Visual tracking Research Papers - Academia.edu (original) (raw)
Visual tracking of unknown objects in unconstrained video-sequences is extremely challenging due to a number of unsolved issues. This thesis explores several of these and examines possible approaches to tackle them. The unconstrained... more
Visual tracking of unknown objects in unconstrained video-sequences is extremely
challenging due to a number of unsolved issues. This thesis explores several of these
and examines possible approaches to tackle them.
The unconstrained nature of real-world input sequences creates huge variation in
the appearance of the target object due to changes in pose and lighting. Additionally,
the object can be occluded by either parts of itself, other elements of the scene, or
the frame boundaries. Observations may also be corrupted due to low resolution,
motion blur, large frame-to-frame displacement, or incorrect exposure or focus of the
camera. Finally, some objects are inherently difficult to track due to their (low) texture,
specular/transparent nature, non-rigid deformations, etc.
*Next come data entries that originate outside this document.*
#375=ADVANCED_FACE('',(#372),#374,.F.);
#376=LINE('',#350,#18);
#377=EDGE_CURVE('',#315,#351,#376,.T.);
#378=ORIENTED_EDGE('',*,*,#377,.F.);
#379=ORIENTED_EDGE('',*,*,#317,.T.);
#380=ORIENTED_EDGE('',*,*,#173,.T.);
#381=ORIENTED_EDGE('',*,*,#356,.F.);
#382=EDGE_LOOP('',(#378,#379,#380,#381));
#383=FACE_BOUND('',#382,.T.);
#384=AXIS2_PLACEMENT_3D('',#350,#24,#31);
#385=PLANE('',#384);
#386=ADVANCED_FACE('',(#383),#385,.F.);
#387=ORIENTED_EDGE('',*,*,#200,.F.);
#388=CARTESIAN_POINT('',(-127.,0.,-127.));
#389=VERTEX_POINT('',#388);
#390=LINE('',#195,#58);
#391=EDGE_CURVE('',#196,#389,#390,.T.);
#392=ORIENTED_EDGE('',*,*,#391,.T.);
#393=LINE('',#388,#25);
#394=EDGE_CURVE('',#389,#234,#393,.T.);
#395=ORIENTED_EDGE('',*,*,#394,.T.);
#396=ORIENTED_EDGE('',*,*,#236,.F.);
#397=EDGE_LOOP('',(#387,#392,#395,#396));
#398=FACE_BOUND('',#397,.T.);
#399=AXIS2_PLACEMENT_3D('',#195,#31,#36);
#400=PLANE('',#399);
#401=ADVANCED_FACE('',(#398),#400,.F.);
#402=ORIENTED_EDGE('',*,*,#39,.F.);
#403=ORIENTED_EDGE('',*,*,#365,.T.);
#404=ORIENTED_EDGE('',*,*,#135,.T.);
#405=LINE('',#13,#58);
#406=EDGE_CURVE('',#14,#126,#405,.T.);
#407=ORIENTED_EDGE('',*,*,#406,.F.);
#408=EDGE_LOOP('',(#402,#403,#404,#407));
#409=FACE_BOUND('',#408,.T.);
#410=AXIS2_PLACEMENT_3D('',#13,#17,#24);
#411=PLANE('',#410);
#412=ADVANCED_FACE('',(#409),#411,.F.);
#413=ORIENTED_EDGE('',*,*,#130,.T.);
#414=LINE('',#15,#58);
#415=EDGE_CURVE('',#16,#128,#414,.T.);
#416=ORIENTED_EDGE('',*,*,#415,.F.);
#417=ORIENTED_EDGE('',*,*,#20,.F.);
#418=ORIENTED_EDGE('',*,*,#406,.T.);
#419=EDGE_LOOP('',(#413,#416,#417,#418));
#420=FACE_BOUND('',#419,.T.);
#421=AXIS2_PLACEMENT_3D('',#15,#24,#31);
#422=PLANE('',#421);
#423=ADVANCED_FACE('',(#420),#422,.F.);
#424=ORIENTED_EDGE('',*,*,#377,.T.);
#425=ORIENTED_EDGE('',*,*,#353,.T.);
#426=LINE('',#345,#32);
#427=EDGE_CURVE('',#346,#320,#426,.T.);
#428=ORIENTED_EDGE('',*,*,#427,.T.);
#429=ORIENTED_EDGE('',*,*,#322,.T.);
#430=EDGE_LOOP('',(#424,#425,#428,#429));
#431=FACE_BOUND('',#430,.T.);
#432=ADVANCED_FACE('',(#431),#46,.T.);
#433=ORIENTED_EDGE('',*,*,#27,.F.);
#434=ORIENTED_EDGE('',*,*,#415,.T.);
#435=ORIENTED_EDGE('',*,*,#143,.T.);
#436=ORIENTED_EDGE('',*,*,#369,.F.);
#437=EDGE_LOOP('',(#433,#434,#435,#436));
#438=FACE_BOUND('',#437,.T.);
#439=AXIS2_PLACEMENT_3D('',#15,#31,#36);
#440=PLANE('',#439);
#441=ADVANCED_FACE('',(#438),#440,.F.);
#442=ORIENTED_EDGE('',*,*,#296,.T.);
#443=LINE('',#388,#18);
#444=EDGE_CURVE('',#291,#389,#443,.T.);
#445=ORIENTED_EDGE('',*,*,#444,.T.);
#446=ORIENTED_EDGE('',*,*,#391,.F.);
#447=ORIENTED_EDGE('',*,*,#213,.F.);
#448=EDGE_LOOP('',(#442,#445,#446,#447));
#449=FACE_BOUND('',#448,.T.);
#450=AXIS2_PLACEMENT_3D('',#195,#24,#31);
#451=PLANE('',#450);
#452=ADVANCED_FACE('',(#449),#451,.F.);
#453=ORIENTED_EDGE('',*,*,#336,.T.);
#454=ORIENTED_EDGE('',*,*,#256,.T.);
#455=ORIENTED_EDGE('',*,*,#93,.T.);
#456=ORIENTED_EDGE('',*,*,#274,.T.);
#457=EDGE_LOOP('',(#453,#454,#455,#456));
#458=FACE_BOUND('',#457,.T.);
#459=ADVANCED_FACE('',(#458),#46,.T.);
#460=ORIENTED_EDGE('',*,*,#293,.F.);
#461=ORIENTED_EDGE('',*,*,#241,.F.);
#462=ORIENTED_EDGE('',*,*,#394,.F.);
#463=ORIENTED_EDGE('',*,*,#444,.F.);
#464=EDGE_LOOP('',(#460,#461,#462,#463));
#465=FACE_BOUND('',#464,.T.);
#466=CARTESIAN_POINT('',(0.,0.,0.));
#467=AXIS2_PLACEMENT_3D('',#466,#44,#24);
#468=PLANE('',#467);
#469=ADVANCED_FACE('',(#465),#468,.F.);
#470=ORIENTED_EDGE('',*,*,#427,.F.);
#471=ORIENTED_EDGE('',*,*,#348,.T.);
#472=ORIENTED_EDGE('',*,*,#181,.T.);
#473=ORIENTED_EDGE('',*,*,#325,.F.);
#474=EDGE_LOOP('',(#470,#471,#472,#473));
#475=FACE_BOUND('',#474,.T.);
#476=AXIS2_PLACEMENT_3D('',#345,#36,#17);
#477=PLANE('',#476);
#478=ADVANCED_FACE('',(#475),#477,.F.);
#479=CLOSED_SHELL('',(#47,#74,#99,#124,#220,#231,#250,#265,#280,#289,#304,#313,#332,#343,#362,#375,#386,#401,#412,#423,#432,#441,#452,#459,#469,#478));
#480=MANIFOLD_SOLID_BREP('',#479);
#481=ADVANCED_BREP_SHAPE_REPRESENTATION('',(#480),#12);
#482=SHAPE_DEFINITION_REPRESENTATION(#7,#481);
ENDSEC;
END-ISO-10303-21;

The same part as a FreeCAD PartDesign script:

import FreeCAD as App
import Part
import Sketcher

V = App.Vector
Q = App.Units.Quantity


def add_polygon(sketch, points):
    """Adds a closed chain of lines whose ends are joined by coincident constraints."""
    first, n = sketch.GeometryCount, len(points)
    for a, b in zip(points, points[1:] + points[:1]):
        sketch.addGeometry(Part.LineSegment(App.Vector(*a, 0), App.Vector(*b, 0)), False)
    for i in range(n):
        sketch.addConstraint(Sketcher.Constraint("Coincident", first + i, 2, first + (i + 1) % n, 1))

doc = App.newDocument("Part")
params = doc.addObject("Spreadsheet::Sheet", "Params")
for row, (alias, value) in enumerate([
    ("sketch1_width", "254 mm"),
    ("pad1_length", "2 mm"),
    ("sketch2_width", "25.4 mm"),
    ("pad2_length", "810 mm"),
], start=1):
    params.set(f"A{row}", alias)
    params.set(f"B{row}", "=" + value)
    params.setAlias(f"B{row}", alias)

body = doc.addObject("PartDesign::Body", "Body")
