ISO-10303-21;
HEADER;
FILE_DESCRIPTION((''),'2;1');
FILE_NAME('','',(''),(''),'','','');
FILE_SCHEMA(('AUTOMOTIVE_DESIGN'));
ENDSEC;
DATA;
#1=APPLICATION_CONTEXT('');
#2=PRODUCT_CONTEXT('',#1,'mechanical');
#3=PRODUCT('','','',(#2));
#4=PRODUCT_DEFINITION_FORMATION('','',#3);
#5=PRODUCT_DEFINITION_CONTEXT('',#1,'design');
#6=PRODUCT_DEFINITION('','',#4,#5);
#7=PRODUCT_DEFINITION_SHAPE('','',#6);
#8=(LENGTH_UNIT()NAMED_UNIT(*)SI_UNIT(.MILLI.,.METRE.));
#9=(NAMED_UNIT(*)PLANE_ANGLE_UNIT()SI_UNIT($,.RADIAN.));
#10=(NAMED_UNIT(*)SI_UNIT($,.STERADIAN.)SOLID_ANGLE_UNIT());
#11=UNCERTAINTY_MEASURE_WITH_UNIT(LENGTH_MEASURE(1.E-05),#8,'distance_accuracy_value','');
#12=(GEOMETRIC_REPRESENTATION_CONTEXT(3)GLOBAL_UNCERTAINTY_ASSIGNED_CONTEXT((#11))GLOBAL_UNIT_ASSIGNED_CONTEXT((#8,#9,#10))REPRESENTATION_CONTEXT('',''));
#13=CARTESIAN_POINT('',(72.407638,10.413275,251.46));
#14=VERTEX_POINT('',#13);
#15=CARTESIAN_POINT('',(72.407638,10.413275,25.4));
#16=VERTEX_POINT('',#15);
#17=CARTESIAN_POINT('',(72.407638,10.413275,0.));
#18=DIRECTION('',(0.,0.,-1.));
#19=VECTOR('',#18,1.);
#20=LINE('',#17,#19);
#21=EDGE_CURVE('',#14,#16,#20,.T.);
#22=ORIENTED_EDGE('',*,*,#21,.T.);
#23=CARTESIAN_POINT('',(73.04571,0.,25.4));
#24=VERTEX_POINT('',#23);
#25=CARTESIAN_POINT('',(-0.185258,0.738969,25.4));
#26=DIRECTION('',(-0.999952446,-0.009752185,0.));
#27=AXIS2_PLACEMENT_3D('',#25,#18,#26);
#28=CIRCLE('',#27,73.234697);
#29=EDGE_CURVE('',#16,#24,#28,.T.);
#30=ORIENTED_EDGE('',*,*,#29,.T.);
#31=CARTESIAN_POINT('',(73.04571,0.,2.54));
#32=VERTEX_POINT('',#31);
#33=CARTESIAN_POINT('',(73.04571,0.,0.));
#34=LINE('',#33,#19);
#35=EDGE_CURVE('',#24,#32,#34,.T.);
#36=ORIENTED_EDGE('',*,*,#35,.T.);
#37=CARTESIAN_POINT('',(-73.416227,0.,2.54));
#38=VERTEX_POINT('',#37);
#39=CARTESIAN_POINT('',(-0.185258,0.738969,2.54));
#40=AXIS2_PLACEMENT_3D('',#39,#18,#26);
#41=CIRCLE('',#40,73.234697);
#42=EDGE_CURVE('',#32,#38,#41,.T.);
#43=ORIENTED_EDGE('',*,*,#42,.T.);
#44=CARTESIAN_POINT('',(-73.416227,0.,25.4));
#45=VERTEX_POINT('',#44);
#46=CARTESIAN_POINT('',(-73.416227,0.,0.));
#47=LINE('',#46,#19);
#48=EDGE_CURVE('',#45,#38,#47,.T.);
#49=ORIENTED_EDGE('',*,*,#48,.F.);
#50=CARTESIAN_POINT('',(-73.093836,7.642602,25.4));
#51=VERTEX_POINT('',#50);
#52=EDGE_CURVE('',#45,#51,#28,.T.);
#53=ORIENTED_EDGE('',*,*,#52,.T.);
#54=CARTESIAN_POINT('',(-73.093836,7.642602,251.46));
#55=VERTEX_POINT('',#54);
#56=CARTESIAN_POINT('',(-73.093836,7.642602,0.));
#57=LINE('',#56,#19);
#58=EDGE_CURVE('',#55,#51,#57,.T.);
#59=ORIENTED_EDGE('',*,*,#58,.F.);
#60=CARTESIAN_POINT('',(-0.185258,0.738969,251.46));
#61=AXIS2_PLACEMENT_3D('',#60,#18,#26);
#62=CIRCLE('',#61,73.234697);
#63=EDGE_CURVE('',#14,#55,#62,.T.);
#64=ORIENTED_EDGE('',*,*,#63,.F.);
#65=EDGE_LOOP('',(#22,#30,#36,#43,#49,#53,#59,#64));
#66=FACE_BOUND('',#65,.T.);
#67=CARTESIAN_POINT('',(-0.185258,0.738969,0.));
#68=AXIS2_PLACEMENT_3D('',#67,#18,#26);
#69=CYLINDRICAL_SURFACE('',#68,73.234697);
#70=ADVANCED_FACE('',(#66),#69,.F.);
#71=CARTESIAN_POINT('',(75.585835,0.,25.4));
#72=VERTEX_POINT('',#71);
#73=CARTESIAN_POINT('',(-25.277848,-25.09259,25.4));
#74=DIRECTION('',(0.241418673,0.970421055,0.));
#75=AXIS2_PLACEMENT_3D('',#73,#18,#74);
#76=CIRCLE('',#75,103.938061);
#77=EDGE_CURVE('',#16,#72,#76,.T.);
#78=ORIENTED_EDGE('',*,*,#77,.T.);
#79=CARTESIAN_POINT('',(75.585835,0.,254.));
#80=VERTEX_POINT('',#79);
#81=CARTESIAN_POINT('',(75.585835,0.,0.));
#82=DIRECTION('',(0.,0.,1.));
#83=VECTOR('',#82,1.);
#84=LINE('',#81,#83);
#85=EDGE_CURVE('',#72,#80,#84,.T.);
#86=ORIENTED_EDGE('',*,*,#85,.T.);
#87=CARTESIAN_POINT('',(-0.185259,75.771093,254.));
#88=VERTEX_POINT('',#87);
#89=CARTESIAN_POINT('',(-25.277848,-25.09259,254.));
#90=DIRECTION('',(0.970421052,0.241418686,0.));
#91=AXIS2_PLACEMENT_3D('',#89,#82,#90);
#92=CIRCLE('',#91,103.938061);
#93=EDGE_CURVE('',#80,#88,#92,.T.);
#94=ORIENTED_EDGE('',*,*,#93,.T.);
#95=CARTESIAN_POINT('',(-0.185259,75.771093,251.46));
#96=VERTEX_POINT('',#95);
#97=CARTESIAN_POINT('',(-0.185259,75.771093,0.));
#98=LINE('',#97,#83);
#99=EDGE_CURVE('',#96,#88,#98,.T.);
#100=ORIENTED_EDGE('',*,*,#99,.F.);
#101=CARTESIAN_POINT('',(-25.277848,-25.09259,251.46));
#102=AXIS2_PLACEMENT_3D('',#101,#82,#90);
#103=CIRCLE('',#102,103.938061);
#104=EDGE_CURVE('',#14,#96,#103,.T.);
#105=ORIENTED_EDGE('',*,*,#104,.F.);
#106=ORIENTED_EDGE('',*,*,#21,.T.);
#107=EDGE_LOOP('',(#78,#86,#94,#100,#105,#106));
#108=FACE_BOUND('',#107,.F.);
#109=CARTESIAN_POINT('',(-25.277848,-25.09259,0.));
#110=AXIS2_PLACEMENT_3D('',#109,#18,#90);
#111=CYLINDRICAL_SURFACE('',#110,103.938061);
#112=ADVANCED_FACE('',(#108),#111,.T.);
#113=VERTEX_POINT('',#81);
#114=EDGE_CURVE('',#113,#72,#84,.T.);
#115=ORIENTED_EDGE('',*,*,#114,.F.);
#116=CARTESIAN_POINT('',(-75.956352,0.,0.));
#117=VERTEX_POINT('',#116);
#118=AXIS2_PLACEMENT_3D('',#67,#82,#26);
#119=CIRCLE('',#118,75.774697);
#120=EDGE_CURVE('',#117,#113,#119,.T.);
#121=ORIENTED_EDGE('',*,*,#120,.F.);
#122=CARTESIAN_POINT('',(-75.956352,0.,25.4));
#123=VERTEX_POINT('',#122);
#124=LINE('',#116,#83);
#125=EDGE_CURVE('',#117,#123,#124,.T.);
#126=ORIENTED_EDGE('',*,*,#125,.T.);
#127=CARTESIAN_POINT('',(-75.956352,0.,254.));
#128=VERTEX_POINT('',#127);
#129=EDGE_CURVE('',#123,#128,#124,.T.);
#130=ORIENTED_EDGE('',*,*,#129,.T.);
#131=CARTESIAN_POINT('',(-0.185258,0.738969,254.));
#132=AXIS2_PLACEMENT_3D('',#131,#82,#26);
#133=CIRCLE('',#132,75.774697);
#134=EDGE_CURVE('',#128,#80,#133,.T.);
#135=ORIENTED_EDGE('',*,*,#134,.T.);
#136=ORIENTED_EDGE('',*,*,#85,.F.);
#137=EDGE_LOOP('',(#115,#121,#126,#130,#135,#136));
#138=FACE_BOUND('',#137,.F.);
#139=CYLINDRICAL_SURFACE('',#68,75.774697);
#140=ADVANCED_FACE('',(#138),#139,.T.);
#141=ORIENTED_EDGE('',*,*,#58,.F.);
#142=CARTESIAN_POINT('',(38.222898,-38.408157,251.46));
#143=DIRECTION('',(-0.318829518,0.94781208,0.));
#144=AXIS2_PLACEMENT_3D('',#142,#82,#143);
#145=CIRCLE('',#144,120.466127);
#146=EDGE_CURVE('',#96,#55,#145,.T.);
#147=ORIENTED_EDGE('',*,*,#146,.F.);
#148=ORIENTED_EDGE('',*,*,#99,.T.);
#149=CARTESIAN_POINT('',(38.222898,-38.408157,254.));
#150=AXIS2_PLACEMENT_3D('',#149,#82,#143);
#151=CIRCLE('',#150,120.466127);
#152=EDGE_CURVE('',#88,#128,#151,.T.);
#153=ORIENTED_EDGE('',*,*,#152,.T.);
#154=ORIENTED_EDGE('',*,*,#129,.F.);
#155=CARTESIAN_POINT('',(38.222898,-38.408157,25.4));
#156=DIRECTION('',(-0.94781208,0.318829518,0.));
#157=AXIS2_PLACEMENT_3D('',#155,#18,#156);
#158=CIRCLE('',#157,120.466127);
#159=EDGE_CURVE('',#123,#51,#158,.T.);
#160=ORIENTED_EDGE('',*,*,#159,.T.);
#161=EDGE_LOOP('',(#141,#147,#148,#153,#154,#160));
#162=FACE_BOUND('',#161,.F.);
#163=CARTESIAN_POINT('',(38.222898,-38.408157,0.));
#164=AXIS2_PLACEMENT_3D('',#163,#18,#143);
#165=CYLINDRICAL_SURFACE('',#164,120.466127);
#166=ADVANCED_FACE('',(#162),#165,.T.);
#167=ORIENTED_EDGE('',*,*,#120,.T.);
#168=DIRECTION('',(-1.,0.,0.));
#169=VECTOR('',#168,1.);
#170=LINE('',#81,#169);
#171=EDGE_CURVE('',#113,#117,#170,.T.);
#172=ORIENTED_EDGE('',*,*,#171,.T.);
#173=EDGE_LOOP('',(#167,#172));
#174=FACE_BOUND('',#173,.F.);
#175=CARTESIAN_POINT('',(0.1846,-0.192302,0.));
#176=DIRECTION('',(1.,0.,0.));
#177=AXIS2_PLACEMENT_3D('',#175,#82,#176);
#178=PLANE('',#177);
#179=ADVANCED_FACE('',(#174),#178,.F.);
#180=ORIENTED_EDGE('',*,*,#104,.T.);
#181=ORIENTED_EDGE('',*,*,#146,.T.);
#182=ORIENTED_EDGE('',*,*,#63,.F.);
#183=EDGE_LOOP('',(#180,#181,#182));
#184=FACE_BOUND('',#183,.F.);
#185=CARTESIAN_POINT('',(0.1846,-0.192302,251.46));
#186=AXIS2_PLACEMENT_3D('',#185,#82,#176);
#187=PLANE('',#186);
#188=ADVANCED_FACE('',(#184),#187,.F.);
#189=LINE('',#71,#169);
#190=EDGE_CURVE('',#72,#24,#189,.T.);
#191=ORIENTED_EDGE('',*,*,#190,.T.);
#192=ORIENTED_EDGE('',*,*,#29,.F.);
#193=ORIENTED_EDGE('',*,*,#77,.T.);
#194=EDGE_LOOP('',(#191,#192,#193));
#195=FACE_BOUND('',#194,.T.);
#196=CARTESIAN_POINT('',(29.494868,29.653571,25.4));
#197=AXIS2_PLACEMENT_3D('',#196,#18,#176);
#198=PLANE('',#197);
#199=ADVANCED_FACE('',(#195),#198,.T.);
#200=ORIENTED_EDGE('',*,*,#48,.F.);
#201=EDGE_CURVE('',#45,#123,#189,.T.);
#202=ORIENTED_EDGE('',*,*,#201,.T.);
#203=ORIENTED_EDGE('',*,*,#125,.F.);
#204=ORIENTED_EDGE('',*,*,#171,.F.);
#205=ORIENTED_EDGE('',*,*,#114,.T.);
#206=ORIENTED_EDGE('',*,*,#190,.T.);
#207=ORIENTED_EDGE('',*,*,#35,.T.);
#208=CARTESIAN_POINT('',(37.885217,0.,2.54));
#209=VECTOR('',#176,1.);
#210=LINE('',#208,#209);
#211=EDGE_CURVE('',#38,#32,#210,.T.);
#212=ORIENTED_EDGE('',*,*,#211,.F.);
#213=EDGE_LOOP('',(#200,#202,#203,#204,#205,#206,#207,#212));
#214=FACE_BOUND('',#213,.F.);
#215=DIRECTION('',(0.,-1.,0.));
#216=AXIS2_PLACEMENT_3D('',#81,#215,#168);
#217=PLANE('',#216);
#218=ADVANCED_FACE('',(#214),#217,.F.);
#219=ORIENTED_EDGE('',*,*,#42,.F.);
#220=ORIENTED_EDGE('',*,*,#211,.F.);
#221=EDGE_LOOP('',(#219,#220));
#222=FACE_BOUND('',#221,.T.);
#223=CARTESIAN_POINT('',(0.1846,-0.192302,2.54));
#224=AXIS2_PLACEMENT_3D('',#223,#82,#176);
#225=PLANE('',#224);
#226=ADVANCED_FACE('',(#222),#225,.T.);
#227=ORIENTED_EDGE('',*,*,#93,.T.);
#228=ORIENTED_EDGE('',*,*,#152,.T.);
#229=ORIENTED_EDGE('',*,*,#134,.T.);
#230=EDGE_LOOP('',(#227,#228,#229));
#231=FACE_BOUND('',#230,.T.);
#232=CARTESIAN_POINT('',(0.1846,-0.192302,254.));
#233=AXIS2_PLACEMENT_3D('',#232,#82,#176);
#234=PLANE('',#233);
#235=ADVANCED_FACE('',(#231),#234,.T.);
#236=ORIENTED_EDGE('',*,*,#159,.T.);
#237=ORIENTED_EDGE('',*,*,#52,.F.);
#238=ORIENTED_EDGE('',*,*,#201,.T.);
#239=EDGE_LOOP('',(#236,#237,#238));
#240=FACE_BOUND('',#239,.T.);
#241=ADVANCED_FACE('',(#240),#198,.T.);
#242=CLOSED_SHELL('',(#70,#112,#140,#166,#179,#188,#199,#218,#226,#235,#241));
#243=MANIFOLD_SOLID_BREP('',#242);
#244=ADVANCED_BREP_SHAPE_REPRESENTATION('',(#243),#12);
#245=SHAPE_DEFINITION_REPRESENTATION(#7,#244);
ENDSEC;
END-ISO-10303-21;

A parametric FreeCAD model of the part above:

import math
import FreeCAD as App
import Part
import Sketcher
from FreeCAD import Vector


def faces_at(feature, points):
    """Names of the faces that lie closest to the given points."""
    faces = feature.Shape.Faces
    near = lambda p: min(range(len(faces)), key=lambda i: faces[i].distToShape(Part.Vertex(*p))[0])
    return sorted({f"Face{near(p) + 1}" for p in points})

doc = App.newDocument("Part")
params = doc.addObject("Spreadsheet::Sheet", "Params")
for row, (alias, value) in enumerate([
    ("pad1_length", "10 in"),
    ("thickness_wall", "0.1 in"),
    ("pocket1_length", "1 in"),
], start=1):
    params.set(f"A{row}", alias)
    params.set(f"B{row}", "=" + value)
    params.setAlias(f"B{row}", alias)

body = doc.addObject("PartDesign::Body", "Body")

sketch1 = body.newObject("Sketcher::SketchObject", "Sketch")
sketch1.AttachmentSupport = (doc.getObject("XY_Plane"), [""])
sketch1.MapMode = "FlatFace"
sketch1.addGeometry(Part.ArcOfCircle(Part.Circle(Vector(38, -38, 0), Vector(0, 0, 1), 120), math.radians(109), math.radians(161)), False)
sketch1.addGeometry(Part.ArcOfCircle(Part.Circle(Vector(0, 1, 0), Vector(0, 0, 1), 76), math.radians(-179), math.radians(-1)), False)
sketch1.addGeometry(Part.ArcOfCircle(Part.Circle(Vector(-25, -25, 0), Vector(0, 0, 1), 104), math.radians(14), math.radians(76)), False)
sketch1.addConstraint(Sketcher.Constraint("Coincident", 0, 2, 1, 1))
sketch1.addConstraint(Sketcher.Constraint("Coincident", 1, 2, 2, 1))
sketch1.addConstraint(Sketcher.Constraint("Coincident", 2, 2, 0, 1))
sketch1.addConstraint(Sketcher.Constraint("PointOnObject", 0, 2, -1))
sketch1.addConstraint(Sketcher.Constraint("PointOnObject", 1, 2, -1))
sketch1.addConstraint(Sketcher.Constraint("Vertical", 1, 3, 2, 2))
sketch1.addConstraint(Sketcher.Constraint("Radius", 2, 103.938061))
sketch1.addConstraint(Sketcher.Constraint("Radius", 0, 120.466127))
Conventional trackers depend heavily on the texture of the target. This causes issues
with transparent or untextured objects. Edge points can be used in cases where
standard feature points are scarce; these however suffer from the aperture problem. To
address this, the first contribution of this thesis explores the idea of virtual corners,
using pairs of non-adjacent line correspondences, tangent to edges in the image. Furthermore,
the chapter investigates the possibility of long-term tracking, introducing a
re-detection scheme to handle occlusions while limiting drift of the object model. The
outcome of this research is an edge-based tracker, able to track in scenarios including
untextured objects, full occlusions and significant length. The tracker, besides reporting
excellent results in standard benchmarks, is demonstrated to successfully track the
longest sequence published to date.
Some of the issues in visual tracking are caused by suboptimal utilisation of the
image information. The object of interest can easily occupy as few as ten or even one
percent of the video frame area. This causes difficulties in challenging scenarios such
as sudden camera shakes or full occlusions. To improve tracking in such cases, the next
major contribution of this thesis explores relationships within the context of visual
tracking, with a focus on causality. These include causal links between the tracked
object and other elements of the scene such as the camera motion or other objects.
Properties of such relationships are identified in a framework based on information
theory. The resulting technique can be employed as a causality-based motion model to
improve the results of virtually any tracker.
Significant effort has previously been devoted to rapid learning of object properties
on the fly. However, state-of-the-art approaches still often fail in cases such as
rapid out-of-plane rotations, when the appearance changes suddenly. One of the major
contributions of this thesis is a radical rethinking of the traditional wisdom of modelling
3D motion as appearance change. Instead, 3D motion is modelled as 3D motion.
This intuitive but previously unexplored approach provides new possibilities in visual
tracking research.
Firstly, 3D tracking is more general, as large out-of-plane motion is often fatal for 2D
trackers, but helps 3D trackers to build better models. Secondly, the tracker's internal
model of the object can be used in many different applications and it could even become
the main motivation, with tracking supporting reconstruction rather than vice versa.
This effectively bridges the gap between visual tracking and Structure from Motion.
The proposed method is capable of successfully tracking sequences with extreme out-of-plane
rotation, which poses a considerable challenge to 2D trackers. This is done by creating
realistic 3D models of the targets, which then aid in tracking.
In the majority of the thesis, the assumption is made that the target's 3D shape is
rigid. This is, however, a relatively strong limitation. In the final chapter, tracking and
dense modelling of non-rigid targets is explored, demonstrating results in even more
generic (and therefore challenging) scenarios. This final advancement truly generalises
the tracking problem with support for long-term tracking of low texture and non-rigid
objects in sequences with camera shake, shot cuts and significant rotation.
Taken together, these contributions address some of the major sources of failure
in visual tracking. The presented research advances the field of visual tracking, facilitating
tracking in scenarios which were previously infeasible. Excellent results are
demonstrated in these challenging scenarios. Finally, this thesis demonstrates that 3D
reconstruction and visual tracking can be used together to tackle difficult tasks.